The DOJ found last year that the state was in violation of the 1990 Americans with Disabilities Act and a subsequent Supreme Court ruling by using the institutions to house the mentally ill, rather than providing them with services within their own communities.
In an agreement signed last month, North Carolina did not concur with the DOJ’s findings, but nonetheless, promised the federal agency that the state would create at least 3,000 housing “slots” for people with mental health disabilities over the next eight years. The state also agreed to spend about $287 million in the effort.
North Carolina has also promised that between 100 and 300 of those housing units will become available by July 2013.
Over the next two months, the panel’s two subcommittees will need to grapple with multiple parallel, and intertwined, issues around housing. Some of the questions posed during yesterday’s meeting showed how difficult it is to grasp the depth of the problems and how long they’ve been in place.
Answers may be too late for some
But the panel has no powers of its own. It can only suggest legislation to be considered once lawmakers return to Raleigh in late January for the legislative session. And that might be too late to solve another looming mental health housing issue.
Because of changes the General Assembly made to Medicaid rules about who can receive personal care services, as many of 12,000 people living in smaller group homes could, on January 1, lose the Medicaid payments that support their housing.
In the last session, lawmakers tightened the rules, limiting personal care services to be offered to people needing help with three or more of five activities of daily living – eating, bathing, dressing, toileting or mobility.

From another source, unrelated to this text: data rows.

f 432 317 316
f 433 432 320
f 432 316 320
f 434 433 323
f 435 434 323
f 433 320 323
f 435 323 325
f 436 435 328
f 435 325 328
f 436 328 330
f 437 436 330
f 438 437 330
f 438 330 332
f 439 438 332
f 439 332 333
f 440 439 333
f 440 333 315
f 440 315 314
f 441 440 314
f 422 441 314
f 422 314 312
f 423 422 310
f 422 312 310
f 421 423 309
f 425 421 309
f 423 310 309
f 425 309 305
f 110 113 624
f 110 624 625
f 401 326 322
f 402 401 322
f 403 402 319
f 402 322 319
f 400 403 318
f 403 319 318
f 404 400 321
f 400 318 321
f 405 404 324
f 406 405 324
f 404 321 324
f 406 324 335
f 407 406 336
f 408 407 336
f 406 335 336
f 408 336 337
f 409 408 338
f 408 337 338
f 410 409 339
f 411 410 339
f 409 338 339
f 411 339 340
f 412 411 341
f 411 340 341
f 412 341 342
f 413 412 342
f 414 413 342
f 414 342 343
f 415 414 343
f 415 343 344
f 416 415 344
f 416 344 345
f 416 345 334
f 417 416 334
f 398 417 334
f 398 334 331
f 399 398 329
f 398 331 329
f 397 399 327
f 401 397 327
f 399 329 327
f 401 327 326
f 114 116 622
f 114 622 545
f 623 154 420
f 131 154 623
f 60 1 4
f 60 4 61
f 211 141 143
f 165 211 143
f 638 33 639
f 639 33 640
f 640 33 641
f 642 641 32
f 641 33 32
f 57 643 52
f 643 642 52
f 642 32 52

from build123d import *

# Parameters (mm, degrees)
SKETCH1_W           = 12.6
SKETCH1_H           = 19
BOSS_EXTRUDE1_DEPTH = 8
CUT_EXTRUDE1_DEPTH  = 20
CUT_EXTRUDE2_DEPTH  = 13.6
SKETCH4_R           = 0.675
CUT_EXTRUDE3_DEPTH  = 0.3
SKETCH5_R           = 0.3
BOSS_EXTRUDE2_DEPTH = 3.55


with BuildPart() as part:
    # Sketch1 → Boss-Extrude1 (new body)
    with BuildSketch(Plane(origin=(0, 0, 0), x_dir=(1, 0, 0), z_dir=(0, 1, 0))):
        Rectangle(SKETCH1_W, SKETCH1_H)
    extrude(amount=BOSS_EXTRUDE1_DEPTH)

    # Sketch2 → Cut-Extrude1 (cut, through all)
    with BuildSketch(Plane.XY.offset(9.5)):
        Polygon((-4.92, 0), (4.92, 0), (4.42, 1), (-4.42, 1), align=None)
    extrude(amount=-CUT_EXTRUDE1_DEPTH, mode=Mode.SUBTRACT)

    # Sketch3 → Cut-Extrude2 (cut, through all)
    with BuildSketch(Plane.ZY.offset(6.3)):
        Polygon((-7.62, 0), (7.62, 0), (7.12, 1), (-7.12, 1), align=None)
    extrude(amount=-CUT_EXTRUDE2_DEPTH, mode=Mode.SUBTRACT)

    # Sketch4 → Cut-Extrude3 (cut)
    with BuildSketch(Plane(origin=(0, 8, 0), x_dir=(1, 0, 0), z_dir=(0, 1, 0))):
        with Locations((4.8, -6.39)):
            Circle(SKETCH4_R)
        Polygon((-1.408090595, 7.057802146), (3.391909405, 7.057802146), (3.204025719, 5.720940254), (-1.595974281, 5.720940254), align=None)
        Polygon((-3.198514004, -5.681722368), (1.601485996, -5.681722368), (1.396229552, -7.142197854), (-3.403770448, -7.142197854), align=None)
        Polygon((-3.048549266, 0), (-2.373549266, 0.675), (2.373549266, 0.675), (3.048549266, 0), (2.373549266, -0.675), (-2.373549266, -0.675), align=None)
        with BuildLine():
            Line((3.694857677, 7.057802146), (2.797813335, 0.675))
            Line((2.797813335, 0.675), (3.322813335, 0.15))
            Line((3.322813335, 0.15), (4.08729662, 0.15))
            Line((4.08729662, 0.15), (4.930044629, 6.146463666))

In the past, people in adult care homes needed to require help with one activity of daily living, while people living in the community needed to require help with two or more. That inequality in requirements was part of the DOJ findings that the state is required to fix.

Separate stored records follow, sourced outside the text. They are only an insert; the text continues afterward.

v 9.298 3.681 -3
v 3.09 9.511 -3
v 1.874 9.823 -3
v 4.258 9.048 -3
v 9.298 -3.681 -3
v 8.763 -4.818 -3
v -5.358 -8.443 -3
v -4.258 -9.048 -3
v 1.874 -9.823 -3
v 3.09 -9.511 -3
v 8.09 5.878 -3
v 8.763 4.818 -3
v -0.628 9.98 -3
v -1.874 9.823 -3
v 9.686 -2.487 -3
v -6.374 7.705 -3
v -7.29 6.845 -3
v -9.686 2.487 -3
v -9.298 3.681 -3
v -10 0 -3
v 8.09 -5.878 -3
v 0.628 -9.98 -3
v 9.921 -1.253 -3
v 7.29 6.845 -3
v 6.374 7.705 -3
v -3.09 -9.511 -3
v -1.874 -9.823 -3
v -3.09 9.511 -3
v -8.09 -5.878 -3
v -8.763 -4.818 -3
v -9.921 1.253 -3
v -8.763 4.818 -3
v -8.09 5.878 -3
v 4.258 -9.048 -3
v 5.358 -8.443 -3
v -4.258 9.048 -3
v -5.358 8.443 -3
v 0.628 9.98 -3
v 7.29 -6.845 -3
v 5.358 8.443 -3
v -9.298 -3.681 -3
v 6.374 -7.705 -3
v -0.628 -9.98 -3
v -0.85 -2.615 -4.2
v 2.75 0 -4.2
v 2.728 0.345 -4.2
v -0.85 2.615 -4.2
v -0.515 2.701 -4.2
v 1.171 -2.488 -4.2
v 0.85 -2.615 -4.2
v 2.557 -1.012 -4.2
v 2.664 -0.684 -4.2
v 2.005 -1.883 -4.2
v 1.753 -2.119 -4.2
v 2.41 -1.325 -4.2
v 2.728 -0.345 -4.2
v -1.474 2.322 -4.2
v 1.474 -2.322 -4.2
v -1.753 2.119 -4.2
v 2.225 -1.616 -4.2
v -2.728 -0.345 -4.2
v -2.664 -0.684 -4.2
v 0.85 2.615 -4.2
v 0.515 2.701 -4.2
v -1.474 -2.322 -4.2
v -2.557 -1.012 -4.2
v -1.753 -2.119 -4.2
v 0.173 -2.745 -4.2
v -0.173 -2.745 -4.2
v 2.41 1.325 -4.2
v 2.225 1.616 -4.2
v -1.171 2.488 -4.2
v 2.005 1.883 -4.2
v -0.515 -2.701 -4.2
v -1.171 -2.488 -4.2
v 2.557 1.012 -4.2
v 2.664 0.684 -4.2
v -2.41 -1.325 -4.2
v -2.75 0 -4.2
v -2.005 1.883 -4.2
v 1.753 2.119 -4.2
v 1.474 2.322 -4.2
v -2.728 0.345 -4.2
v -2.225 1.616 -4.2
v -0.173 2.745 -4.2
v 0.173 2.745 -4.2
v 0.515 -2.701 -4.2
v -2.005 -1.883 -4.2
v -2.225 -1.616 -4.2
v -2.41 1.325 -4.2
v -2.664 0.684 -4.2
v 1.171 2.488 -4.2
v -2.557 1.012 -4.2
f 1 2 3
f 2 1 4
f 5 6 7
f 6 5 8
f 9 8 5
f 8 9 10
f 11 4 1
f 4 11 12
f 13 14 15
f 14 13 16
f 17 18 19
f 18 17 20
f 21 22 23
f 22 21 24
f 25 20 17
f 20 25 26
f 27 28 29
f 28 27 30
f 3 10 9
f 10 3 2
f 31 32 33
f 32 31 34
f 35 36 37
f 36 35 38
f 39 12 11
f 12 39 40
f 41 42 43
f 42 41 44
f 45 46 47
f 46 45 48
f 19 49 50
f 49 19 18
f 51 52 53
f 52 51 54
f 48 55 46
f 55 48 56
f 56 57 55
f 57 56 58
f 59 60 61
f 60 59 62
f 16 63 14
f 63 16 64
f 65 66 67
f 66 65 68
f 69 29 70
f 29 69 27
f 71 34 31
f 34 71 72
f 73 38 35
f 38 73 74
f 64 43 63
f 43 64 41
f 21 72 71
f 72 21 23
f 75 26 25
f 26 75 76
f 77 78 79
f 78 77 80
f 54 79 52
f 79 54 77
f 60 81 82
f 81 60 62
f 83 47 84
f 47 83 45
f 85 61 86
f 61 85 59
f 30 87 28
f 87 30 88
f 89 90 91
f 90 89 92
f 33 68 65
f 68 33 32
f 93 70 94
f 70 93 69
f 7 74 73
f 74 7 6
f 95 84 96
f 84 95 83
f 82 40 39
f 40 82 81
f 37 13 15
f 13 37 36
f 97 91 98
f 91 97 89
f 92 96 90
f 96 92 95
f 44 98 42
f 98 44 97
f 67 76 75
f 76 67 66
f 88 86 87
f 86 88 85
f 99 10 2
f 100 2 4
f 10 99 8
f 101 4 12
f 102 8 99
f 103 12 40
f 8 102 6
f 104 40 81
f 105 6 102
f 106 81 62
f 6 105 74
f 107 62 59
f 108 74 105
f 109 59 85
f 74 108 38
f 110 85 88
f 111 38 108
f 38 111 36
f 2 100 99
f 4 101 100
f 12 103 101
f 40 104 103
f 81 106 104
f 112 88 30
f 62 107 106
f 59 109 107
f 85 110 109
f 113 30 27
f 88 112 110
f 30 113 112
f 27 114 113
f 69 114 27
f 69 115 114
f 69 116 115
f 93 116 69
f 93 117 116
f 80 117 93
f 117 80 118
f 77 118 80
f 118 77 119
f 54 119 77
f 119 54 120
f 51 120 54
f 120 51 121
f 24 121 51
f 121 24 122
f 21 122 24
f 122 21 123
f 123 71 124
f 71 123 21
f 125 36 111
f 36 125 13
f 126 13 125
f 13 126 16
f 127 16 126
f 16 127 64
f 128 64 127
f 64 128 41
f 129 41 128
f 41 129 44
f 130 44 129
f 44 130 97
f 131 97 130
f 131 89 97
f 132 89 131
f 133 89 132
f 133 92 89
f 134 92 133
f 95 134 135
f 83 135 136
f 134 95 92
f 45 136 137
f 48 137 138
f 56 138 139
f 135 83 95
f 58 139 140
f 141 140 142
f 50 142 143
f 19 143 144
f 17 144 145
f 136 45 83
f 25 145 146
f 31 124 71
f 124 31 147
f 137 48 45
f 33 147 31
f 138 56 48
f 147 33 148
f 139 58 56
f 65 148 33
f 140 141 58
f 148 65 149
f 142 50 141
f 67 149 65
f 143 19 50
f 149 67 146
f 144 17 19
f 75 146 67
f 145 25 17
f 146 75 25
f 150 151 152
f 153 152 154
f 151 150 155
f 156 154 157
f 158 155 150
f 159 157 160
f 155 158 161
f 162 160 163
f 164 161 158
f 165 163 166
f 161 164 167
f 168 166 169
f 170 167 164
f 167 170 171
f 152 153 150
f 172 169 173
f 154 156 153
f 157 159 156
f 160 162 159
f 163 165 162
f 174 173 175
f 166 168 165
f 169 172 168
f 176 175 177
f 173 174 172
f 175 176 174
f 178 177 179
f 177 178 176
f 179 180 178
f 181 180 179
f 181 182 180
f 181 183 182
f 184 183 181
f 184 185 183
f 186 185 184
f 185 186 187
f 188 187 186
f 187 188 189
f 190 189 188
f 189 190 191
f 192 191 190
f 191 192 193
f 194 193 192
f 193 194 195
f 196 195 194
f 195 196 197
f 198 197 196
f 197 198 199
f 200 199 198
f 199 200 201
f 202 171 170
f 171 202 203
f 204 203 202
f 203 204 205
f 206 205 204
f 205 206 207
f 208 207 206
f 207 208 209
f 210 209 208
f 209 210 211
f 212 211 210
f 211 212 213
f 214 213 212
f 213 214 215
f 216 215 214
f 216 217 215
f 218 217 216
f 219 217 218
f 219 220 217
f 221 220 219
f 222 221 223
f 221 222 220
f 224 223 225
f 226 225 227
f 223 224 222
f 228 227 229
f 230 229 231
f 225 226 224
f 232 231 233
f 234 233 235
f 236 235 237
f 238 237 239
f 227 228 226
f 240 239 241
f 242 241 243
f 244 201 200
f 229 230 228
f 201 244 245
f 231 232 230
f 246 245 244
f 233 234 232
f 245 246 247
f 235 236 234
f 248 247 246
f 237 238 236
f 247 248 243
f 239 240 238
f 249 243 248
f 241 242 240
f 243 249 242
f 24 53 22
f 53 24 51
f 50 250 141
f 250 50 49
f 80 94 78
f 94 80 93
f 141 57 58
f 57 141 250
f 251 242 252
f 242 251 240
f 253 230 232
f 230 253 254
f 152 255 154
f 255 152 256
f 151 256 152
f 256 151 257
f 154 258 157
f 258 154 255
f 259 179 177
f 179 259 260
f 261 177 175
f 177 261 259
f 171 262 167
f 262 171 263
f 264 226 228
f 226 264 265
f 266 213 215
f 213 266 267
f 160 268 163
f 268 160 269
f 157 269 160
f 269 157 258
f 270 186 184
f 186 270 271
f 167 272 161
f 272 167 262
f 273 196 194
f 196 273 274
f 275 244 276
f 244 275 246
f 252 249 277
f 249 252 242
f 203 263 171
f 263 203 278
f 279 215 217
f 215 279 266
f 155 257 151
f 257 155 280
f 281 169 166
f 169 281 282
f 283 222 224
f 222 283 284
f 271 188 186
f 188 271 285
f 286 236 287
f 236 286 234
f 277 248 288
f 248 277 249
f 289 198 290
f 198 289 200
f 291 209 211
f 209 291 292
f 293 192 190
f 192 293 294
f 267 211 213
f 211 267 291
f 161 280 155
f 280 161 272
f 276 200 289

Lawmakers tightened those rules for fear that many in the state would “come out of the woodwork” to claim the benefit if the rules were made too loose.
“You mean to say that if someone doesn’t need help eating but can’t prepare meal, that doesn’t qualify as an (activity of daily living)?” asked Rep. Marilyn Avila (R-Raleigh).
When told that was correct, Avila continued, “So, they just sit there and starve?”
State staff further pointed out that assistance with managing medications is also not a reimbursable activity under the rules passed during the last session.
Unlike adult care homes, group homes house only two to six people, and provide services to help people with intellectual, developmental and mental health disabilities become more independent. Owners have said the homes are more likely to close because of their small size, and their dependence on the Medicaid dollars.
Group home owners and managers say that if the Medicaid cuts go into effect, many of them will have to close and thousands of former residents could end up homeless.
“We’re still working on that,” said Rep. Nelson Dollar (R-Cary). “The Department (of Health and Human Services) has come to us… their interpretation of group homes really wasn’t the interpretation I had several months ago. So, we’re going to be working with them on that. We’re well aware of the group home issue.”
Lawmakers appropriated more than $39 million in last year’s budget to help adult care home industry make the transition from housing people with mental health problems.
But the budget did nothing for group homes that might be affected by the Medicaid changes. Language in the budget bill prevents anyone but adult care homes from tapping into that $39 million.
Let’s hope that the Blue Ribbon Commission has the expertise needed to sort out these thorny issues, and that the General Assembly will listen to what they have to say. People with severe mental illness often have functional difficulties that make it difficult for them to live independently. With the right supports, they can be successful. But without those supports, there is significant risk to health and life.